PUBLIC GOODS, THE FCC, CANDY AND GUNS.
The FCC is planning to relax restrictions on ownership of multiple media in the same market. You can read about the details in a WaPo article here. For an excellent back-and-forth between duelling experts -- Harold Feld and Bruce Fein -- you should clear an hour of your schedule and listen to today's Diane Rehm show (should be available through this link). Syracuse University professor Robert Tompson had an excellent editorial on this issue in WaPo this weekend as well, here. See also this link at Amy Campbell's weblog for links to an online petition.
The details of the proposal are important. Equally important, however, is how one approaches the issue of civic knowledge. In particular, it seems to me useful to think of the issue as primarily a question of whether or not you believe that an informed citizenry is a public good, and if you do believe this, how the provision of this public good can best be accomplished. It's pretty standard in some political science literature to look at an informed citizenry as a public good -- democracy cannot function well if people are uninformed, and a more informed citizenry is likely to make better voting and advocacy decisions, and the benefits of an informed citizenry accrue to all. But there are serious problems with respect to the incentives that any individual has to become well informed on political matters. Entry costs can be high, people lead busy lives, the marginal benefit of an additional hour spent learning about politics is generally negligible, and the temptations to free ride are ubiquitous. Legislatures know about these problems in the provision of the public good of an informed citizenry, and that is why they put introduction to American government courses on the core curriculum and essentially force students to listen to professors like me.
The structure of the good is interesting, though. Imagine, if you will, a defense industry that was structured so that its technology had dual use and could produce only the following two products: candy and big guns. And let's imagine that someone proposed that we let market forces determine whether or not defense companies produced one or the other and the precise mix that they would produce them in. And let's further imagine that someone had the idea that defense is either not a public good and hence should be produced in the market (and the nasty state should get off the backs of the defense industry already!), or that it may be a public good but should be produced wholly through market forces nonetheless, perhaps because we "believe in a free market," or because the defense industry "has made the investments and should be free to make its own business decisions," or something like that. And let's also imagine that candy is much more profitable to produce than big guns.

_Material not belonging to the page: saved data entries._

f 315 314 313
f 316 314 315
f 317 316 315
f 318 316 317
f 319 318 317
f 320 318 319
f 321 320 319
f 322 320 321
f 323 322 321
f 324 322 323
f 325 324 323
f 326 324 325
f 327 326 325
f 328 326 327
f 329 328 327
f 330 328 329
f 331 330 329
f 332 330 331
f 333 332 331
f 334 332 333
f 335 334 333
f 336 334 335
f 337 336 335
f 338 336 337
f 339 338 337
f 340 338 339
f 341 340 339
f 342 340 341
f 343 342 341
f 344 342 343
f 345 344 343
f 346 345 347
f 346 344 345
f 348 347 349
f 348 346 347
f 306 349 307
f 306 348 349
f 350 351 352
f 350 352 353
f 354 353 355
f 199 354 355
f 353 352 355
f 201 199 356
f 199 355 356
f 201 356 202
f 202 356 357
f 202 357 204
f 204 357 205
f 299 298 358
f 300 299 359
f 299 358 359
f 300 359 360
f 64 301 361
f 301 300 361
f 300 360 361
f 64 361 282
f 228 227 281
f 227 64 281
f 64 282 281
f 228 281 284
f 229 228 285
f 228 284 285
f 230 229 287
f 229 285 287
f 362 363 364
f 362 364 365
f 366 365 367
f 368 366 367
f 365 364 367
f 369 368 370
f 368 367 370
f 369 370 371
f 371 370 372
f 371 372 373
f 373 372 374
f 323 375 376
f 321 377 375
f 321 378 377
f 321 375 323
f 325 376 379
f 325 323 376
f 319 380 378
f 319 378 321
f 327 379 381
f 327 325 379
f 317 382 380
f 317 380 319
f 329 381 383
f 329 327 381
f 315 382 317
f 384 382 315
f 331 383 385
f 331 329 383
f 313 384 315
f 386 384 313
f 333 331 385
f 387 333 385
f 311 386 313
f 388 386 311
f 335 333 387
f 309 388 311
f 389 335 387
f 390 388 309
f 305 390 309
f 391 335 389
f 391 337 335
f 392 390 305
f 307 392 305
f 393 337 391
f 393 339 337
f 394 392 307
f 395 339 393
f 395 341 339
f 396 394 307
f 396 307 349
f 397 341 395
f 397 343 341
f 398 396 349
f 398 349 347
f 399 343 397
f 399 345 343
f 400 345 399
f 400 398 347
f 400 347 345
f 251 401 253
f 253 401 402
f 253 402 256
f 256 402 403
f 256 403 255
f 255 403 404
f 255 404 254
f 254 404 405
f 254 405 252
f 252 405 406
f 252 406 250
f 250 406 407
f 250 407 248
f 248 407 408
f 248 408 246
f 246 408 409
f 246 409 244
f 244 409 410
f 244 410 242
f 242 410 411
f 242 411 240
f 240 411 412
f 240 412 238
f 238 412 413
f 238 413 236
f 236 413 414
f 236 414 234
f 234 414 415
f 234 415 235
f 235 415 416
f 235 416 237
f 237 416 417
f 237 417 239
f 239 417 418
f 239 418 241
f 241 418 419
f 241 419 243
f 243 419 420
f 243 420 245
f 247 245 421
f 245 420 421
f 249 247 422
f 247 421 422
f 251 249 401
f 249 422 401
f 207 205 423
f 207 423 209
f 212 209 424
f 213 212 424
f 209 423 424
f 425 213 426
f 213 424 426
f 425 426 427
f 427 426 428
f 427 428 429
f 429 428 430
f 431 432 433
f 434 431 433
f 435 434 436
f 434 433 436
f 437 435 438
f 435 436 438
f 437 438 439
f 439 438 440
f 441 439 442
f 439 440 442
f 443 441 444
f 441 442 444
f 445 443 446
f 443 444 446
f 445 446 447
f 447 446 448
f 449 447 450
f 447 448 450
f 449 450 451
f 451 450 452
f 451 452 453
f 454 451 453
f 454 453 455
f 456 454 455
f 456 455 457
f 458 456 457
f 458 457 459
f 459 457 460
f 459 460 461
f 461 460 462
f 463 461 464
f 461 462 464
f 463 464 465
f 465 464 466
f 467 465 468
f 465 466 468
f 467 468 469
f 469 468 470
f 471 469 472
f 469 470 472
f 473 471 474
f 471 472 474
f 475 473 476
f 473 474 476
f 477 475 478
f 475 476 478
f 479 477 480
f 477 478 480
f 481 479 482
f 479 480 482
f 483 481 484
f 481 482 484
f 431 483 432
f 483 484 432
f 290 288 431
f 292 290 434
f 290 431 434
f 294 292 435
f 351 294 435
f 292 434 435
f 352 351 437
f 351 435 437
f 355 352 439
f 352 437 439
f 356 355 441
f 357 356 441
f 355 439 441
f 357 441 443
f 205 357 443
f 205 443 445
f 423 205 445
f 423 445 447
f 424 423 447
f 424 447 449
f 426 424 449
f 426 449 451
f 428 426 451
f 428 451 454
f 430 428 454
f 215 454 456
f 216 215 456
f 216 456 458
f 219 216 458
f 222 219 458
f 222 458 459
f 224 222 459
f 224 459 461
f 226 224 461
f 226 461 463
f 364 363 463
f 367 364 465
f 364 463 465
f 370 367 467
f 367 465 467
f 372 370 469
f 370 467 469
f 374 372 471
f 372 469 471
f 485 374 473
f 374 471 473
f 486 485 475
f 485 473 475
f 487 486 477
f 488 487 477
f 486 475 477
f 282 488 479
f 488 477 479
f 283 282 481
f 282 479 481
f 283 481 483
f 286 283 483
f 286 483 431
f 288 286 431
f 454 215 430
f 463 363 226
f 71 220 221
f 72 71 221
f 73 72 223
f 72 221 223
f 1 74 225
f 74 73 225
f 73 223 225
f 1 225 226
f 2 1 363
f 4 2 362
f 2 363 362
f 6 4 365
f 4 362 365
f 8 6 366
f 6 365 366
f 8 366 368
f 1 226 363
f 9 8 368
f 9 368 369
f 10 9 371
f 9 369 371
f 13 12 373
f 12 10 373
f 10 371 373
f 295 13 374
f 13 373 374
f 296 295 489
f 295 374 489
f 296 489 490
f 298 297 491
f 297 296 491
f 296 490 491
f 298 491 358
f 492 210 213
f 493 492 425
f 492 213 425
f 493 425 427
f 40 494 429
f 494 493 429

In such a fanciful world, there will be pressure to produce candy over big guns and big guns will be underproduced.
I've stacked the deck here, of course, but I think that the analogy is accurate. The first big step in an analysis of media ownership must turn on whether or not you really believe that an informed citizenry is a public good. I certainly got the sense that Harold Feld believed that. I'm not so sure about Bruce Fein and the anti-restriction folks. Cato, for example, seems to see the issue of media ownership as one of consumer choices.
The second big step is in relating diversity of viewpoints to the production of the public good of an informed citizenry. The FCC would be wise to still be concerned about protecting diversity of ownership, given continued patterns of media consumption. Contra this opinion journal piece, as far as I understand the data, the technological revolution in information technology had not actually occured for most people yet, and even when it does, information overload will become a problem. More choices of candy does nothing to produce the public good of an informed citizenry. Given the disincentive that people have to become informed, they will predictably use shortcuts to information; we shouldn't rely on the fact of multiple channels of information if we want to produce an informed citizenry -- instead, we should reflect on what sources are already "ready-to-hand" for a majority of people. (Read also this post at Lawrence Lessig's blog.) A reliance on anti-trust laws alone skirts the underlying issue of the theoretical difference between protecting consumer choice (the reason for anti-trust) and protecting the public's ability to become politically informed, with all of the additional complexity that seeing an informed citizenry as a public good brings with it. The problem is not just that we want cheaper candy; the problem is that we want to lower the cost of consumption of big guns instead of candy, to continue my analogy.
For more views on the FCC rules, see this article at Taxing Thoughts, and interesting post on "Reading Rainbow" at Ruminate This. And see especially this Online Journalism Review article on the Canadian experiences with media consolidation.
MORE: I realize that this post doesn't really get at the issue of whether or not the proposed rule changes are a good thing. The point here is to express my frustration at the fact that the idea of an informed citizenry as a public good is not something that is very prevalent in the debate. Media ownership can't be analyzed simply from the perspective of antitrust laws (as Bruce Fein seems to think), at least from the perspective of the antitrust laws as I understand it. The problem is not simply that collusion and consolidation could lead to higher prices. The question should be approached from the issue of what sort of media structure is necessary so that citizens can be well informed. And there is a case to be made that neither extensive media consolidation nor simple reliance on new and shiny technologies will be sufficient to achieve that goal. And the First Amendment rights of broadcasters (like Clear Channel) -- in particular when these rights are tied to a profit motive -- should not be at the forefront here; not that they shouldn't be considered, but they're far from being the most important issue.